Siwon inkar etmekle itiraf etmek arasında birkaç saniye bocaladıktan sonra, kafasını iki yana salladı ve gülümsedi.

''Evet, kıskandım. Hoşlandığım kadını kıskanmamın neresi kötü?'' elini uzatıp, kızardığı için ısınan yanaklarını okşadı. ''Çok tatlısın.''

***

''Kızım tamam sakin ol, bu ne heyecan?'' annen sürekli terlediğin için makyajının akacağından endişeleniyordu. Sen ise sıcaklandığın için ellerinle kendini yelliyordun. Annen yelpazesiyle takviye kuvvet olmuştu. ''Yolunan tavuk gibi çırpınmayı bırak!''

''Anne...'' kusacak gibi hissediyordun ''Sabahtan beri midem ağzımda. Ya yemin ederken üzerine kusarsam?''

''Öyle bir şey yaparsan seni ellerimle öldürürüm!'' annen yelpazeyi kendine çevirip derin nefesler eşliğinde sağladı. ''Damadımızı rezil etmeyi aklından bile geçirme.''

''Anne...'' dudaklarını büktün. ''Kızını değil de damadını mı düşünüyorsun?''

Bu sırada kapı açılmış, Siwon manken gibi görünmesini sağlayan damatlığıyla kapıda belirdi. ''Hazır mısın hayatım?''

Ses uğultuya dönüşürken, ayaklarının yerden kesildiğini hissetmiştin. 'Mutluluktan havalara uçmak bu olsa gerek...' diye düşünüp, yüzünde aptal bir sırıtışla kendi düğününde bayılan ilk gelin olarak tarihe geçmiştin.

***

''Minho! Suho! Koşmayın oğlum! Terleyip hasta olacaksınız!'' parkta küçük oğullarının arkasından elinde mendille koşturuyordun. Minho gerçek bir abi gibi, kendinden yalnızca bir yaş küçük kardeşini koruyup kolluyor, düşmemesi için elinden tutuyordu. Canından çok sevdiğin iki miniğini böyle görmek anne yüreğini derinden etkiliyordu. Yanına koşarak geldiklerinde, diz çökerek terleyen alınlarını ve yumuşacık yanaklarını sildin. İki yakışıklı delikanlı da annelerinin boynuna sarılıp, yanaklarını öpücük yağmuruna tutmuştu.
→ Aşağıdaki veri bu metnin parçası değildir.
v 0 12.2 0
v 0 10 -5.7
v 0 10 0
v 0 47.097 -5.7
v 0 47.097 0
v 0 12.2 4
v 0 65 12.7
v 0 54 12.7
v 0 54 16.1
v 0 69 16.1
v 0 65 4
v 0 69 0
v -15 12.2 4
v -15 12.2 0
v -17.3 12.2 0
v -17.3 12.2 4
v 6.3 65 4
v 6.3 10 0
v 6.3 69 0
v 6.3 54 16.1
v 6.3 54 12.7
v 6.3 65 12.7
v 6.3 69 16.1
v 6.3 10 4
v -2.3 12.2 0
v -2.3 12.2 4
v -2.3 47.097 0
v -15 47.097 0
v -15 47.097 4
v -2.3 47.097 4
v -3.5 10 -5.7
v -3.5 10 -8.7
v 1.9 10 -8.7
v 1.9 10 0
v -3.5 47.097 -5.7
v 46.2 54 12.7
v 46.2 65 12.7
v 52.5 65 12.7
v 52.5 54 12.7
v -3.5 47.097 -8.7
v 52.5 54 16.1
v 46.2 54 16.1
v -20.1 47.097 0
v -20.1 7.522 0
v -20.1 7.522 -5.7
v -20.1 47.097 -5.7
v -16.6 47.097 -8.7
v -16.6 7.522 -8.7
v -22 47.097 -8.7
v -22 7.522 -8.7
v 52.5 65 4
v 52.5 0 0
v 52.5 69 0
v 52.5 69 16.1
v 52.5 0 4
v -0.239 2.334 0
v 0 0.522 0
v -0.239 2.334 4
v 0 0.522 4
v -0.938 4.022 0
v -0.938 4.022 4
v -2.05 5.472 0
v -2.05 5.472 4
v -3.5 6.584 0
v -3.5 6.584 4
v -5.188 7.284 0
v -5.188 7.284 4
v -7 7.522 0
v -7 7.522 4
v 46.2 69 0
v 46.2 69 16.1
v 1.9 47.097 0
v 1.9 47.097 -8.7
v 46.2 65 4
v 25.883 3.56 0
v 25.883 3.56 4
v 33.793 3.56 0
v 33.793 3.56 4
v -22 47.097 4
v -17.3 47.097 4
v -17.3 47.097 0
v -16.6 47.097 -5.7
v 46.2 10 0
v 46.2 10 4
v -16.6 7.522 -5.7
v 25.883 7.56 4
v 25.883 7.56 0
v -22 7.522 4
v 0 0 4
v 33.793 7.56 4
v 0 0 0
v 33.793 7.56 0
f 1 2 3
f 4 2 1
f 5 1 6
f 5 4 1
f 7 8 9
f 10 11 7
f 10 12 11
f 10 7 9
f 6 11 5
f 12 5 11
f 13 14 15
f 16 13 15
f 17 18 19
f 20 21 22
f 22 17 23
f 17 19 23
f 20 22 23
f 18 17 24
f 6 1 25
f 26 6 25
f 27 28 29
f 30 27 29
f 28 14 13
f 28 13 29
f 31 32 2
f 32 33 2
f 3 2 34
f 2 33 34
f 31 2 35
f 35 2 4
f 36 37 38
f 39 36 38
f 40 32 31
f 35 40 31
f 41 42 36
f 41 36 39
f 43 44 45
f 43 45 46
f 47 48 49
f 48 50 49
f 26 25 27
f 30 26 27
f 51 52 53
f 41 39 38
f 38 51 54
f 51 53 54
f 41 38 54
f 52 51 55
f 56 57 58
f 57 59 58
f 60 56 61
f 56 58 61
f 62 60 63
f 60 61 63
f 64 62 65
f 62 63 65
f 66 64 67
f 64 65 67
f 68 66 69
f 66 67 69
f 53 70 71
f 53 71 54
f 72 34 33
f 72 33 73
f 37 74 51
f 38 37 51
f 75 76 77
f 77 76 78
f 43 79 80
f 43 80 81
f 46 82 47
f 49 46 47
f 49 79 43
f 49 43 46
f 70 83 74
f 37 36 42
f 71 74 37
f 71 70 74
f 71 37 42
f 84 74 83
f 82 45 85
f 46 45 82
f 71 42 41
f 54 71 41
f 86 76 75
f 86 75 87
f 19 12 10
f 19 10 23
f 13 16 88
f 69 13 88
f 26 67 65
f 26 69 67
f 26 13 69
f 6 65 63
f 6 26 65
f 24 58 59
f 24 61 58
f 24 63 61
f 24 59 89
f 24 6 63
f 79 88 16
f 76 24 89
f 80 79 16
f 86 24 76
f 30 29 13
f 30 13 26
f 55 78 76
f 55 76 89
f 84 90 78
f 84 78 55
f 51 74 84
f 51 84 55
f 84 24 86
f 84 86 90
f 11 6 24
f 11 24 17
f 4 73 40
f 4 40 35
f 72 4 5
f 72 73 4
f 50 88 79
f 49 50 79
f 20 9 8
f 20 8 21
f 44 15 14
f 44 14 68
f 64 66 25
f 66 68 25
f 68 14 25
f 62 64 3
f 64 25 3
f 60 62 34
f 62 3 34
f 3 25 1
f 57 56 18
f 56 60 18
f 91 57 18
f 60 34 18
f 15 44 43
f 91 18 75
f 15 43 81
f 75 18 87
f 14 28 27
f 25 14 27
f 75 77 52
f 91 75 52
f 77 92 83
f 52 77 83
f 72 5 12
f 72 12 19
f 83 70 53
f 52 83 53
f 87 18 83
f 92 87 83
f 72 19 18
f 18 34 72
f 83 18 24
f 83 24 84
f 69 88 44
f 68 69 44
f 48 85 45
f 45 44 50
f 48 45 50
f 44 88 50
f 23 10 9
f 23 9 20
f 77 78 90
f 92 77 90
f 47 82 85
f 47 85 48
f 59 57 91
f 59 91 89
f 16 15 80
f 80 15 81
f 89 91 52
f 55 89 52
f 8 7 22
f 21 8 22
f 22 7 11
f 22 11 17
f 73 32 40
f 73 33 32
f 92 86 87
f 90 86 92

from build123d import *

# Parameters (mm, degrees)
SKETCH_1_W          = 6.3
SKETCH_1_H          = 59
SKETCH_1_W_2        = 52.5
SKETCH_1_H_2        = 10
EXTRUDE_1_DEPTH     = 4
SKETCH_2_W          = 6.3
SKETCH_2_H          = 4
EXTRUDE_2_DEPTH     = 12.1
SKETCH_3_W          = 6.3
SKETCH_3_H          = 3.4
EXTRUDE_3_DEPTH     = 11
SKETCH_4_W          = 6.3
SKETCH_4_H          = 3.4
EXTRUDE_4_DEPTH     = 11
SKETCH_5_W          = 4
SKETCH_5_H          = 39.574889558
EXTRUDE_5_DEPTH     = 22
SKETCH_6_W          = 2.3
SKETCH_6_H          = 37
CUT_EXTRUDE_1_DEPTH = 89.184238955
FILLET_1_R          = 7
SKETCH_7_W          = 7.91
SKETCH_7_H          = 4
CUT_EXTRUDE_2_DEPTH = 88.542332617
SKETCH_8_W          = 1.9
SKETCH_8_H          = 39.574889558
SKETCH_8_H_2        = 37.097175278
EXTRUDE_6_DEPTH     = 12.7
SKETCH_9_W          = 3
SKETCH_9_H          = 39.574889558
EXTRUDE_7_DEPTH     = 3.5
SKETCH_10_W         = 3
SKETCH_10_H         = 37.097175278
EXTRUDE_8_DEPTH     = 3.5


with BuildPart() as part:
    # Эскиз1 → Бобышка-Вытянуть1 (new body)
    with BuildSketch(Plane.XY):
        with Locations((3.15, 39.5)):
            Rectangle(SKETCH_1_W, SKETCH_1_H)
        with Locations((26.25, 5)):
            Rectangle(SKETCH_1_W_2, SKETCH_1_H_2)
        with Locations((49.35, 39.5)):
            Rectangle(SKETCH_1_W, SKETCH_1_H)
    extrude(amount=EXTRUDE_1_DEPTH)

    # Эскиз2 → Бобышка-Вытянуть2 (add)
    with BuildSketch(Plane.XY.offset(4)):
        with Locations((3.15, 67)):
            Rectangle(SKETCH_2_W, SKETCH_2_H)
        with Locations((49.35, 67)):
            Rectangle(SKETCH_2_W, SKETCH_2_H)
    extrude(amount=EXTRUDE_2_DEPTH)

    # Эскиз3 → Бобышка-Вытянуть3 (add)
    with BuildSketch(Plane.XZ.offset(-65)):
        with Locations((49.35, 14.4)):
            Rectangle(SKETCH_3_W, SKETCH_3_H)
    extrude(amount=EXTRUDE_3_DEPTH)

    # Эскиз4 → Бобышка-Вытянуть4 (add)
    with BuildSketch(Plane.XZ.offset(-65)):
        with Locations((3.15, 14.4)):
            Rectangle(SKETCH_4_W, SKETCH_4_H)
    extrude(amount=EXTRUDE_4_DEPTH)

    # Эскиз5 → Бобышка-Вытянуть5 (add)
    with BuildSketch(Plane.ZY):
        with Locations((2, 27.309730499)):
            Rectangle(SKETCH_5_W, SKETCH_5_H)
    extrude(amount=EXTRUDE_5_DEPTH)

    # Эскиз6 → Вырез-Вытянуть1 (cut, through all)
    with BuildSketch(Plane(origin=(0, 0, 0), x_dir=(-1, 0, 0), z_dir=(0, 0, -1))):
        with Locations((1.15, 30.7)):
            Rectangle(SKETCH_6_W, SKETCH_6_H)
        with Locations((16.15, 30.7)):
            Rectangle(SKETCH_6_W, SKETCH_6_H)
    extrude(amount=-CUT_EXTRUDE_1_DEPTH, mode=Mode.SUBTRACT)

    # Скругление1
    fillet_1_edges = [part.edges().sort_by_distance(p)[0] for p in [
        (0, 7.52228572, 2),
    ]]
    fillet(fillet_1_edges, radius=FILLET_1_R)

    # Эскиз7 → Вырез-Вытянуть2 (cut, through all)
    with BuildSketch(Plane.XY.offset(4)):
        with Locations((29.837829831, 5.560133135)):
            Rectangle(SKETCH_7_W, SKETCH_7_H)
    extrude(amount=-CUT_EXTRUDE_2_DEPTH, mode=Mode.SUBTRACT)

    # Эскиз8 → Бобышка-Вытянуть6 (add)
    with BuildSketch(Plane.XY.offset(4)):
        with Locations((-21.05, 27.309730499)):
            Rectangle(SKETCH_8_W, SKETCH_8_H)
        with Locations((0.95, 28.548587639)):
            Rectangle(SKETCH_8_W, SKETCH_8_H_2)
    extrude(amount=-EXTRUDE_6_DEPTH)

    # Эскиз9 → Бобышка-Вытянуть7 (add)
    with BuildSketch(Plane(origin=(-20.1, 0, 0), x_dir=(0, 0, -1), z_dir=(1, 0, 0))):
        with Locations((7.2, 27.309730499)):
            Rectangle(SKETCH_9_W, SKETCH_9_H)
    extrude(amount=EXTRUDE_7_DEPTH)

    # Эскиз10 → Бобышка-Вытянуть8 (add)
    with BuildSketch(Plane.ZY):
        with Locations((-7.2, 28.548587639)):
            Rectangle(SKETCH_10_W, SKETCH_10_H)
    extrude(amount=EXTRUDE_8_DEPTH)


solid = part.part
''Hey, bana da bırakın biraz!''

''Appaaaa!'' parkın girişinde takım elbisesiyle dikilen yakışıklı adama doğru koşmuşlardı ikisi de. Siwon, elindeki çantayı yere bırakmış, kollarını açarak oğullarının kucağına atlamasına izin vermişti.

''Nasılmış benim aslan oğullarım!'' ikisinin de yanağını kocaman öperek sıkıca sarıldı.

''Hyungum gerçekten çok iyi futbol oynuyor appa! Bugün bana şut çekmeyi öğretti.''Suho bembeyaz yanaklarını şişirerek heyecanla gününü anlattı babasına. Minho gururla gülümserken, babasından da bir aferin kazanmıştı.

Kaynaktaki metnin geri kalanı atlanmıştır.